# My thingy of stuff



## markc (Mar 12, 2004)

Lookie here!

Any comments or critiques welcome.


----------



## voodoocat (Mar 12, 2004)

Well the gallery is very simple and easy to navigate.  :thumbsup:

You photography is incredible.  I love candid photography and capturing people in their natural surroundings.  I love the contrast in all of your black and white photos.  Are you shooting black and white? or converting color?


edit:  I just realized I can click on the image to get it to full size.  And judging by the grain I would guess that you're shooting black and white film.


----------



## markc (Mar 12, 2004)

Thanks!

Let's see... the girls in the white dresses were on my Canon10D, as were all of the bottom galleries except for landscapes, and all but Bruno in Portraits. The rest were film.
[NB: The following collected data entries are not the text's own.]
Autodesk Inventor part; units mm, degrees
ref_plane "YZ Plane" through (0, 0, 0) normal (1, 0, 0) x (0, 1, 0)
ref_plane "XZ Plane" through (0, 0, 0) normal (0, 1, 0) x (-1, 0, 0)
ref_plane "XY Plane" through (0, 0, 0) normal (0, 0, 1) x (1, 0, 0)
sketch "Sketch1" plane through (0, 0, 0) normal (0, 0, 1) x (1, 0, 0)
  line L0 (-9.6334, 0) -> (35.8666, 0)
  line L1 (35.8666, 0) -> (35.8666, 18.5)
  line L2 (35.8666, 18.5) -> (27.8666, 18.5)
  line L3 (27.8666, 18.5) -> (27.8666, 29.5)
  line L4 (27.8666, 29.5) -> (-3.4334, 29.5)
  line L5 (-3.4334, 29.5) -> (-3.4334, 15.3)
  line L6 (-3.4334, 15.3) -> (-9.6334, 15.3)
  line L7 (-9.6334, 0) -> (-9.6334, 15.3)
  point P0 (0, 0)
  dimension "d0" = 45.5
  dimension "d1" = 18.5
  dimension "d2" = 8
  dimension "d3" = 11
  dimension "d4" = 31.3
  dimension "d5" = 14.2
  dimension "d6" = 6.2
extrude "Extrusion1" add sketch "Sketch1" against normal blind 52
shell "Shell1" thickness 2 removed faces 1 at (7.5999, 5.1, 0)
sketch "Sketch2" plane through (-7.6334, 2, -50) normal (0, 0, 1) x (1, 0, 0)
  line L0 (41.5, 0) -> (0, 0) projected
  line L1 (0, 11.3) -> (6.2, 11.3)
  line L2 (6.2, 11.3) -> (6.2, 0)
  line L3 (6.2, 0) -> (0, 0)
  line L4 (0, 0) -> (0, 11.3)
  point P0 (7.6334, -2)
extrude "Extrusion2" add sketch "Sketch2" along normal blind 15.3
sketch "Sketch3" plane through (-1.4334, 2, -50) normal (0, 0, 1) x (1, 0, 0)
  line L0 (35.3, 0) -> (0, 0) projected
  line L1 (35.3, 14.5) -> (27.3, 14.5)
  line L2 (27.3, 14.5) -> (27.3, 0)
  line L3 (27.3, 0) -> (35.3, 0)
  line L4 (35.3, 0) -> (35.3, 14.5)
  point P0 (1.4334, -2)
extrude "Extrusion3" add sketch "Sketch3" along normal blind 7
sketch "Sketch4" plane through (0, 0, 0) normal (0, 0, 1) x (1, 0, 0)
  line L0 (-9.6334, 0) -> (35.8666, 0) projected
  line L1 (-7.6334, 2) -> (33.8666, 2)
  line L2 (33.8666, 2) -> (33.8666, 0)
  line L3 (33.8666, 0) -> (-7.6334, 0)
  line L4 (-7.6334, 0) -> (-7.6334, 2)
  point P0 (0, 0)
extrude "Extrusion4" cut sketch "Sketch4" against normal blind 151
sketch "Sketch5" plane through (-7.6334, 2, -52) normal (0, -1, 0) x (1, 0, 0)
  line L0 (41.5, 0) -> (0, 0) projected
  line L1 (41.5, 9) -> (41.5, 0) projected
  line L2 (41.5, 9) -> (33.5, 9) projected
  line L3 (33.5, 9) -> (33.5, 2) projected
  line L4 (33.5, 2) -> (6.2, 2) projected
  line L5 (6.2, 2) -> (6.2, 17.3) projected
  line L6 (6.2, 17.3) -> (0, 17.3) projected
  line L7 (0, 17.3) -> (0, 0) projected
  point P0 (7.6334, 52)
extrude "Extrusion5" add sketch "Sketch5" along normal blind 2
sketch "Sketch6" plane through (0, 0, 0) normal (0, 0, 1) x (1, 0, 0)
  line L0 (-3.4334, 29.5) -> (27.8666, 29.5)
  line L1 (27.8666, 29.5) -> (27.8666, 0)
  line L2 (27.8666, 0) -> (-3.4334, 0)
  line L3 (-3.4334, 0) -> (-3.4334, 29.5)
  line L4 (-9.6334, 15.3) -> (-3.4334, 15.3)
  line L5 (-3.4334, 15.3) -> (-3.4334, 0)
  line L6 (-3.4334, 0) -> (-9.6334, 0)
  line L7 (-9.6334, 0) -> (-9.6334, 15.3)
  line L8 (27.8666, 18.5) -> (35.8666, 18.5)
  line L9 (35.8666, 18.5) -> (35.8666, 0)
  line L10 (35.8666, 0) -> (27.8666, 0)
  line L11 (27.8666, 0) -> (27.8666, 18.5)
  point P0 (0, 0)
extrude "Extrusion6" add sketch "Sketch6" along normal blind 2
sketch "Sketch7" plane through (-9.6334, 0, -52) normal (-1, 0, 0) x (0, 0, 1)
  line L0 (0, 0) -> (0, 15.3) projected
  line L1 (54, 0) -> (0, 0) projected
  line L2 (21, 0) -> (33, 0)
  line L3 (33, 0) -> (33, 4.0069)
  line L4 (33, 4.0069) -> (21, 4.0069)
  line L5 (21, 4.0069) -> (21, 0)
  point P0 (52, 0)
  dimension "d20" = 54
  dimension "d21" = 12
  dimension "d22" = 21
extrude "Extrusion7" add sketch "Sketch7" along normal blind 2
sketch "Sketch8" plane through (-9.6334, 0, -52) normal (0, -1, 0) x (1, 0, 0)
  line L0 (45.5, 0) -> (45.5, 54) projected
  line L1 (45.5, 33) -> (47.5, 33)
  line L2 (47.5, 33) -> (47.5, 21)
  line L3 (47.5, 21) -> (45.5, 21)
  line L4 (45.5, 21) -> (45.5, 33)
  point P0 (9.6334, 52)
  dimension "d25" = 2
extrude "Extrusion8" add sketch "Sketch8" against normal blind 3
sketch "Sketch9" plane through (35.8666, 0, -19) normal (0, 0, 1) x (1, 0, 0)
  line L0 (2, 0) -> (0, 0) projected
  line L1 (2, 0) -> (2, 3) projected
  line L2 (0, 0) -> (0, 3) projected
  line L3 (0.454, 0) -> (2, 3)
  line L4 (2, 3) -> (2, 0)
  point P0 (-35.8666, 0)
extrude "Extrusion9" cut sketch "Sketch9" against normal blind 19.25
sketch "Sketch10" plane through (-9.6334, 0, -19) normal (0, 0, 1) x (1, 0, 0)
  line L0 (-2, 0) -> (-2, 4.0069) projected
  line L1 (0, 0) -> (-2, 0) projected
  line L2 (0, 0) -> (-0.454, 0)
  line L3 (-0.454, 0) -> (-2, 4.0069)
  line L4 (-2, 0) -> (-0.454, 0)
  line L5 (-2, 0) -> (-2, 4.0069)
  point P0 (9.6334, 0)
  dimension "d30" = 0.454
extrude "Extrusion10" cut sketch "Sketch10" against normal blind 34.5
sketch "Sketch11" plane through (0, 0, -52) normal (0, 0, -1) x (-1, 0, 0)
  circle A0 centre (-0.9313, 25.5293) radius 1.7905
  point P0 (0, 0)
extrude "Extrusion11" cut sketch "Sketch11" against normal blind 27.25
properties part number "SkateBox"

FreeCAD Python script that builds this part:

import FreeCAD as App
import Part
import Sketcher
from FreeCAD import Vector


def faces_at(feature, points):
    """Names of the faces that lie closest to the given points."""
    faces = feature.Shape.Faces
    near = lambda p: min(range(len(faces)), key=lambda i: faces[i].distToShape(Part.Vertex(*p))[0])
    return sorted({f"Face{near(p) + 1}" for p in points})

doc = App.newDocument("Part")
body = doc.addObject("PartDesign::Body", "Body")

# Sketch on XY plane
sketch1 = body.newObject("Sketcher::SketchObject", "Sketch")
sketch1.AttachmentSupport = (doc.getObject("XY_Plane"), [""])
sketch1.MapMode = "FlatFace"
sketch1.addGeometry([
    Part.LineSegment(Vector(-10, 15, 0), Vector(-10, 0, 0)),  # 0
    Part.LineSegment(Vector(-10, 0, 0), Vector(36, 0, 0)),  # 1
    Part.LineSegment(Vector(36, 0, 0), Vector(36, 18, 0)),  # 2
    Part.LineSegment(Vector(36, 18, 0), Vector(28, 18, 0)),  # 3
    Part.LineSegment(Vector(28, 18, 0), Vector(28, 30, 0)),  # 4
    Part.LineSegment(Vector(28, 30, 0), Vector(-3, 30, 0)),  # 5
    Part.LineSegment(Vector(-3, 30, 0), Vector(-3, 15, 0)),  # 6
    Part.LineSegment(Vector(-3, 15, 0), Vector(-10, 15, 0)),  # 7
], False)
sketch1.addConstraint([
    Sketcher.Constraint("Coincident", 0, 2, 1, 1),
    Sketcher.Constraint("Coincident", 1, 2, 2, 1),
    Sketcher.Constraint("Coincident", 2, 2, 3, 1),
    Sketcher.Constraint("Coincident", 3, 2, 4, 1),
    Sketcher.Constraint("Coincident", 4, 2, 5, 1),
    Sketcher.Constraint("Coincident", 5, 2, 6, 1),
    Sketcher.Constraint("Coincident", 6, 2, 7, 1),
    Sketcher.Constraint("Coincident", 7, 2, 0, 1),
    Sketcher.Constraint("Vertical", 0),
    Sketcher.Constraint("Horizontal", 1),
    Sketcher.Constraint("Vertical", 2),
    Sketcher.Constraint("Horizontal", 3),
    Sketcher.Constraint("Vertical", 4),
    Sketcher.Constraint("Horizontal", 5),
    Sketcher.Constraint("Vertical", 6),
    Sketcher.Constraint("Horizontal", 7),
    Sketcher.Constraint("PointOnObject", 0, 2, -1),
    Sketcher.Constraint("DistanceX", 3, 2, 3, 1, 8.0),
    Sketcher.Constraint("DistanceY", 4, 1, 4, 2, 11.0),
    Sketcher.Constraint("DistanceX", 1, 1, 1, 2, 45.5),
    Sketcher.Constraint("DistanceX", 5, 2, 5, 1, 31.3),
    Sketcher.Constraint("DistanceY", 2, 1, 2, 2, 18.5),
    Sketcher.Constraint("DistanceY", 6, 2, 6, 1, 14.2),
    Sketcher.Constraint("DistanceX", 0, 2, -1, 1, 9.6334),
])
pad1 = body.newObject("PartDesign::Pad", "Pad")
pad1.Profile = sketch1
pad1.Length = 52
pad1.Reversed = True
doc.recompute()

thickness = body.newObject("PartDesign::Thickness", "Thickness")
thickness.Base = (pad1, faces_at(pad1, [(7.6, 5.1, 0)]))
thickness.Value = 2
thickness.Reversed = True
thickness.Join = "Intersection"

# Sketch on XY plane
sketch2 = body.newObject("Sketcher::SketchObject", "Sketch001")
sketch2.AttachmentSupport = (doc.getObject("XY_Plane"), [""])
sketch2.MapMode = "FlatFace"
sketch2.AttachmentOffset = App.Placement(Vector(0, 0, -50), App.Rotation())
sketch2.addGeometry([
    Part.LineSegment(Vector(-8, 2, 0), Vector(-1, 2, 0)),
    Part.LineSegment(Vector(-1, 2, 0), Vector(-1, 13, 0)),
    Part.LineSegment(Vector(-1, 13, 0), Vector(-8, 13, 0)),
    Part.LineSegment(Vector(-8, 13, 0), Vector(-8, 2, 0)),
], False)
sketch2.addConstraint([
    Sketcher.Constraint("Coincident", 0, 2, 1, 1),
    Sketcher.Constraint("Coincident", 1, 2, 2, 1),
    Sketcher.Constraint("Coincident", 2, 2, 3, 1),
    Sketcher.Constraint("Coincident", 3, 2, 0, 1),
    Sketcher.Constraint("Horizontal", 0),
    Sketcher.Constraint("Vertical", 1),
    Sketcher.Constraint("Horizontal", 2),
    Sketcher.Constraint("Vertical", 3),
    Sketcher.Constraint("DistanceX", 0, 1, 0, 2, 6.2),
    Sketcher.Constraint("DistanceY", 1, 1, 1, 2, 11.3),
    Sketcher.Constraint("DistanceY", -1, 1, 0, 2, 2.0),
    Sketcher.Constraint("DistanceX", 0, 2, -1, 1, 1.4334),
])
pad2 = body.newObject("PartDesign::Pad", "Pad001")
pad2.Profile = sketch2
pad2.Length = 15.3

# Sketch on XY plane
sketch3 = body.newObject("Sketcher::SketchObject", "Sketch002")
sketch3.AttachmentSupport = (doc.getObject("XY_Plane"), [""])
sketch3.MapMode = "FlatFace"
sketch3.AttachmentOffset = App.Placement(Vector(0, 0, -50), App.Rotation())
sketch3.addGeometry([
    Part.LineSegment(Vector(26, 2, 0), Vector(34, 2, 0)),
    Part.LineSegment(Vector(34, 2, 0), Vector(34, 16, 0)),
    Part.LineSegment(Vector(34, 16, 0), Vector(26, 16, 0)),
    Part.LineSegment(Vector(26, 16, 0), Vector(26, 2, 0)),
], False)
sketch3.addConstraint([
    Sketcher.Constraint("Coincident", 0, 2, 1, 1),
    Sketcher.Constraint("Coincident", 1, 2, 2, 1),
    Sketcher.Constraint("Coincident", 2, 2, 3, 1),
    Sketcher.Constraint("Coincident", 3, 2, 0, 1),
    Sketcher.Constraint("Horizontal", 0),
    Sketcher.Constraint("Vertical", 1),
    Sketcher.Constraint("Horizontal", 2),
    Sketcher.Constraint("Vertical", 3),
    Sketcher.Constraint("DistanceX", 0, 1, 0, 2, 8.0),
    Sketcher.Constraint("DistanceY", 1, 1, 1, 2, 14.5),
    Sketcher.Constraint("DistanceY", -1, 1, 0, 2, 2.0),
    Sketcher.Constraint("DistanceX", -1, 1, 0, 2, 33.8666),
])
pad3 = body.newObject("PartDesign::Pad", "Pad002")
pad3.Profile = sketch3
pad3.Length = 7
One of the B&amp;Ws might be converted from color, but most are T-Max.


----------



## ksmattfish (Mar 12, 2004)

nice stuff

my favorites are from the "Little Worlds" and "Atomic Eggplant" albums.


----------



## vonnagy (Mar 12, 2004)

good stuff, nice portraits and l dig the atomic eggplant too!
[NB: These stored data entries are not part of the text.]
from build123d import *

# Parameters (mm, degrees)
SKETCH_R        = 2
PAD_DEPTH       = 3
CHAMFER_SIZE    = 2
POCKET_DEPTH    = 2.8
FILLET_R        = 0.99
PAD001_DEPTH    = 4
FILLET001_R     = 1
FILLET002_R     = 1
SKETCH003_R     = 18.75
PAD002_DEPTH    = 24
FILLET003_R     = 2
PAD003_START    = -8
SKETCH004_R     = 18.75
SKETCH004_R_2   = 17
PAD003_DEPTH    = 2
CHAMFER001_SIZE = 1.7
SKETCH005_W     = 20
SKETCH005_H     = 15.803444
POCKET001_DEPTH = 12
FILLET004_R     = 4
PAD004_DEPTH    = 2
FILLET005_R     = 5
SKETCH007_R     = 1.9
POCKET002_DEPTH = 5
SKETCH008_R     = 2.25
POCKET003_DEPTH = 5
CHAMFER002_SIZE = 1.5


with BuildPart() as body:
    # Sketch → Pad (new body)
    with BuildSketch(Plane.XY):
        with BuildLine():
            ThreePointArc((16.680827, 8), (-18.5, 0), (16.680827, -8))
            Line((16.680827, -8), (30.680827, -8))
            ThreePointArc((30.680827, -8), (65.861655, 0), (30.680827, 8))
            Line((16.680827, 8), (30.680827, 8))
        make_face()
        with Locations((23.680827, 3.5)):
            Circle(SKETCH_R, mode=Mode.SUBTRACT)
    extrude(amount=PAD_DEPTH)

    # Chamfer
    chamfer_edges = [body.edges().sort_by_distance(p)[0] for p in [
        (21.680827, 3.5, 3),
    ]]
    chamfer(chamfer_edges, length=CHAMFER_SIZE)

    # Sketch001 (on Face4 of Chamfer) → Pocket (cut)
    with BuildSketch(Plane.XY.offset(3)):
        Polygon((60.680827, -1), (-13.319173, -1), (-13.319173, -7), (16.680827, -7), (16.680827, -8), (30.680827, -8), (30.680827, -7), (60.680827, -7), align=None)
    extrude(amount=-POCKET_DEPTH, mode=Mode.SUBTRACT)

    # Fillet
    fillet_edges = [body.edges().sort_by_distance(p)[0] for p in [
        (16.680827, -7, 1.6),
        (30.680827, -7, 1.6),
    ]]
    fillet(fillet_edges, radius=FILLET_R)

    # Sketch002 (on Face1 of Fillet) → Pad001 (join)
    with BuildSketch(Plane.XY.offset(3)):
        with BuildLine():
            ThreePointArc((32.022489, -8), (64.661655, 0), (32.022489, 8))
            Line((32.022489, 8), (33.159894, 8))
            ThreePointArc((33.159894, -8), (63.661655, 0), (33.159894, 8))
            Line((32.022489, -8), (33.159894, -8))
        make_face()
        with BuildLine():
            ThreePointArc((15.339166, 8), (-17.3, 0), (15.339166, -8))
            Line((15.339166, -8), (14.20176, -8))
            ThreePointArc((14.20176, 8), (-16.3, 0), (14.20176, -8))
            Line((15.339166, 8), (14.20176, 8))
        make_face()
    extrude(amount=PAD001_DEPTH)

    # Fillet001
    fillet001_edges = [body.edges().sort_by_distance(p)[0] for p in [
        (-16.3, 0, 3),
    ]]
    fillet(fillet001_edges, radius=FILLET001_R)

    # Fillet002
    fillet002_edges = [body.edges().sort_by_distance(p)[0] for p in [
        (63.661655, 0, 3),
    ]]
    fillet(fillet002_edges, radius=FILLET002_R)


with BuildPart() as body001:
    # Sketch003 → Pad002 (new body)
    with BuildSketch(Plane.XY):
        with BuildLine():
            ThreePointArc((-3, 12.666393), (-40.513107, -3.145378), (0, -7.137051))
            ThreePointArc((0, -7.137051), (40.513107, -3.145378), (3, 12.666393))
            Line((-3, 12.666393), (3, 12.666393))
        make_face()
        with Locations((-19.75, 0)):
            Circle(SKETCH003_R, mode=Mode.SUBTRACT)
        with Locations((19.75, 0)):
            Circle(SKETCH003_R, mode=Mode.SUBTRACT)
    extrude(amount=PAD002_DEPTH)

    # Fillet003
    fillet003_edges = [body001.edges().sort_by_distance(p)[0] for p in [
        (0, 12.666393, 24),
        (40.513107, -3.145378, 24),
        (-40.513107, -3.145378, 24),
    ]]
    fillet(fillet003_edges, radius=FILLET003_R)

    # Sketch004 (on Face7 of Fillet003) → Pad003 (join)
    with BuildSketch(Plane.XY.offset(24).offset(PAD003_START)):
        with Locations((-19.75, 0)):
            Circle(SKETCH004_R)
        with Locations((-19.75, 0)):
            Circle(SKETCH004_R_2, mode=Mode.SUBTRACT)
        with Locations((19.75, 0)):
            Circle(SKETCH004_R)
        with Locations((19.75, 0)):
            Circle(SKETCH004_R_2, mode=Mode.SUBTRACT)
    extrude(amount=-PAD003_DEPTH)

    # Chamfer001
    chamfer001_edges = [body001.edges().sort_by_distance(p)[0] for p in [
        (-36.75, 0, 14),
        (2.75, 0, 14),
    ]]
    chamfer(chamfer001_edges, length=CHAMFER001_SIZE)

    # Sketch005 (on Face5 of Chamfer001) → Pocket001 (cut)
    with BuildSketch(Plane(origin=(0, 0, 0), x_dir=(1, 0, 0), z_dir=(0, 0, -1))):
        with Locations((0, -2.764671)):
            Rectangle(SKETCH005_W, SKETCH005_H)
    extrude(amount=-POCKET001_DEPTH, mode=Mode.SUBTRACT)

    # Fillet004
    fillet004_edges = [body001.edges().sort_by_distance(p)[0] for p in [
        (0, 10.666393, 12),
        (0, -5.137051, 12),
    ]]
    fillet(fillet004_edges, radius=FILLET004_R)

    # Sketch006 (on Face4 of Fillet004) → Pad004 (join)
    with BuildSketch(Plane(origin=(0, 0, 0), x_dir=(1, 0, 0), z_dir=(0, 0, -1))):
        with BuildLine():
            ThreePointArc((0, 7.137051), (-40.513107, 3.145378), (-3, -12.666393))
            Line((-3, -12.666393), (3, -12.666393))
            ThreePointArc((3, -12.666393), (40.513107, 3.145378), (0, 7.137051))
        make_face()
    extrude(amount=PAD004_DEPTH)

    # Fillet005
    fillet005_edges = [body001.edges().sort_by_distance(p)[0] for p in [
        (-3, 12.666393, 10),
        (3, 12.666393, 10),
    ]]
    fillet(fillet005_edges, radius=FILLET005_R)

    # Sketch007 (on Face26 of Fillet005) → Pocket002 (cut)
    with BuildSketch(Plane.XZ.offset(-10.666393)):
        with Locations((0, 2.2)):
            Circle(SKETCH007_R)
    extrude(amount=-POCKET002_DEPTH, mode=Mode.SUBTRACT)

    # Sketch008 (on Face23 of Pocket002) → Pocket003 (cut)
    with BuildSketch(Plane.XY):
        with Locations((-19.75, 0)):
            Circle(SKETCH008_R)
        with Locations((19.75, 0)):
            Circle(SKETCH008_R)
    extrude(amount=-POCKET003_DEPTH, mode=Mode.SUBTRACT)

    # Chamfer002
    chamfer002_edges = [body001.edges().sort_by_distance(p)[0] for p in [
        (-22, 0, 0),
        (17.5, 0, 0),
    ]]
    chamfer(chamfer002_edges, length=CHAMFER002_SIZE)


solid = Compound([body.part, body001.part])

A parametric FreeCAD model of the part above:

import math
import FreeCAD as App
import Part
import Sketcher
from FreeCAD import Vector
Q = App.Units.Quantity


def edges_at(feature, points):
    """Names of the edges that pass closest to the given points."""
    edges = feature.Shape.Edges
    near = lambda p: min(range(len(edges)), key=lambda i: edges[i].distToShape(Part.Vertex(*p))[0])
    return sorted({f"Edge{near(p) + 1}" for p in points})

doc = App.newDocument("Part")
body = doc.addObject("PartDesign::Body", "Body")

# Sketch on XY plane
sketch1 = body.newObject("Sketcher::SketchObject", "Sketch")
sketch1.AttachmentSupport = (doc.getObject("XY_Plane"), [""])
sketch1.MapMode = "FlatFace"
sketch1.addGeometry([
    Part.ArcOfCircle(Part.Circle(Vector(0, 0, 0), Vector(0, 0, 1), 18.5), math.radians(26), math.radians(334)),  # 0
    Part.LineSegment(Vector(16.7, -8, 0), Vector(30.7, -8, 0)),  # 1
    Part.ArcOfCircle(Part.Circle(Vector(47.4, 0, 0), Vector(0, 0, 1), 18.5), math.radians(-154), math.radians(154)),  # 2
    Part.LineSegment(Vector(30.7, 8, 0), Vector(16.7, 8, 0)),  # 3
    Part.Circle(Vector(23.7, 3.5, 0), Vector(0, 0, 1), 2),  # 4
], False)
sketch1.addConstraint([
    Sketcher.Constraint("Coincident", 0, 2, 1, 1),
    Sketcher.Constraint("Coincident", 1, 2, 2, 1),
    Sketcher.Constraint("Coincident", 2, 2, 3, 1),
    Sketcher.Constraint("Coincident", 3, 2, 0, 1),
    Sketcher.Constraint("Horizontal", 1),
    Sketcher.Constraint("Horizontal", 3),
    Sketcher.Constraint("Coincident", 0, 3, -1, 1),
    Sketcher.Constraint("Equal", 0, 2),
    Sketcher.Constraint("Symmetric", 1, 2, 2, 2, -1),
    Sketcher.Constraint("Diameter", 4, Q("4 mm")),
    Sketcher.Constraint("Radius", 0, Q("18.5 mm")),
    Sketcher.Constraint("DistanceX", 1, 1, 1, 2, Q("14 mm")),
    Sketcher.Constraint("DistanceY", 0, 2, -1, 1, Q("8 mm")),
    Sketcher.Constraint("DistanceX", 0, 2, 4, 3, Q("7 mm")),
    Sketcher.Constraint("DistanceY", -1, 1, 4, 3, Q("3.5 mm")),
])
pad1 = body.newObject("PartDesign::Pad", "Pad")
pad1.Profile = sketch1
pad1.Length = 3
doc.recompute()

chamfer = body.newObject("PartDesign::Chamfer", "Chamfer")
chamfer.Base = (pad1, edges_at(pad1, [(21.681, 3.5, 3)]))
chamfer.Size = 2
oh, and thanks for your contributions to this forum as well!


----------



## oriecat (Mar 12, 2004)

You've got some really nice stuff.

Here's my complaint, and maybe this is standard and I just don't know it since I don't visit a lot of gallery set-ups...

But I wanted to see the full pic of the one at the bottom right on the main page (where it says landscapes).  So I click it, another album.  Click it again, another album!  Click it again, small version, click it again, full version.  So it took me 4 clicks to get to see what I wanted to see.  I understand the need for organization, but sub-albums of sub-albums of sub-albums?!


----------



## markc (Mar 12, 2004)

oriecat said:
			
		

> I understand the need for organization, but sub-albums of sub-albums of sub-albums?!
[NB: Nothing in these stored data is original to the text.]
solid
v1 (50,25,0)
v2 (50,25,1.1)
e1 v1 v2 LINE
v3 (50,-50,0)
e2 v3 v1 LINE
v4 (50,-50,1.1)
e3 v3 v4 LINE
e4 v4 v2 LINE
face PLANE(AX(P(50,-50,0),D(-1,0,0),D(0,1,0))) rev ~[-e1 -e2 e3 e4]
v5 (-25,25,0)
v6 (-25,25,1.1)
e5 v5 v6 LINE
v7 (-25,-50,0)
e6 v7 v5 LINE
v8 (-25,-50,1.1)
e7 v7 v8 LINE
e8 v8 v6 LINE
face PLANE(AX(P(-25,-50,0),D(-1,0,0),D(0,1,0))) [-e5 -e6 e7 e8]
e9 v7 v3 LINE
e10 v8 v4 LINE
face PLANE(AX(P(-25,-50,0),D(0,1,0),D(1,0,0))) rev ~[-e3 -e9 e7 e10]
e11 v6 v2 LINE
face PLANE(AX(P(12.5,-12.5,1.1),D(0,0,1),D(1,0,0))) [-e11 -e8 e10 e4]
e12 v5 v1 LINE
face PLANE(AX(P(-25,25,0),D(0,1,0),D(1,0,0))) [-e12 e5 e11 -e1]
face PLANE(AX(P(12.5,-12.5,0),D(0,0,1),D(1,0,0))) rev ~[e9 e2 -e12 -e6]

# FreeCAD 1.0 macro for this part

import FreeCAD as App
import Part
import Sketcher
Q = App.Units.Quantity


def add_polygon(sketch, points):
    """Adds a closed chain of lines whose ends are joined by coincident constraints."""
    first, n = sketch.GeometryCount, len(points)
    for a, b in zip(points, points[1:] + points[:1]):
        sketch.addGeometry(Part.LineSegment(App.Vector(*a, 0), App.Vector(*b, 0)), False)
    for i in range(n):
        sketch.addConstraint(Sketcher.Constraint("Coincident", first + i, 2, first + (i + 1) % n, 1))

doc = App.newDocument("Part")
params = doc.addObject("Spreadsheet::Sheet", "Params")
for row, (alias, value) in enumerate([
    ("sketch1_width", "75 mm"),
    ("pad1_length", "1.1 mm"),
], start=1):
    params.set(f"A{row}", alias)
    params.set(f"B{row}", "=" + value)
    params.setAlias(f"B{row}", alias)

body = doc.addObject("PartDesign::Body", "Body")

sketch1 = body.newObject("Sketcher::SketchObject", "Sketch")
sketch1.AttachmentSupport = (doc.getObject("XY_Plane"), [""])
sketch1.MapMode = "FlatFace"
add_polygon(sketch1, [(-25, 25), (-25, -50), (50, -50), (50, 25)])
sketch1.addConstraint([
    Sketcher.Constraint("Vertical", 0),
    Sketcher.Constraint("Horizontal", 1),
    Sketcher.Constraint("Vertical", 2),
    Sketcher.Constraint("Horizontal", 3),
    Sketcher.Constraint("Equal", 3, 0),
    Sketcher.Constraint("DistanceX", 1, 1, 1, 2, Q("75 mm")),
    Sketcher.Constraint("DistanceX", 0, 2, -1, 1, Q("25 mm")),
    Sketcher.Constraint("DistanceY", 0, 2, -1, 1, Q("50 mm")),
])
sketch1.setExpression("Constraints[9]", "Params.sketch1_width")
pad1 = body.newObject("PartDesign::Pad", "Pad")
pad1.Profile = sketch1
pad1.setExpression("Length", "Params.pad1_length")

doc.recompute()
Yeah, I had been wondering about that. Thanks for mentioning it. I had planned on putting more in each, but it doesn't look  like it will be happening soon. I think  I'll consolidate them a bit...

Done, and thanks!


----------



## karissa (Mar 12, 2004)

Oh... I love b&w.....   Wonderful shots.... wow... nice.


----------



## markc (Mar 12, 2004)

Thanks everyone! The checks are in the mail.


----------



## karissa (Mar 12, 2004)

markc said:
			
		

> Thanks everyone! The checks are in the mail.



Whooohooo!  Payday!


----------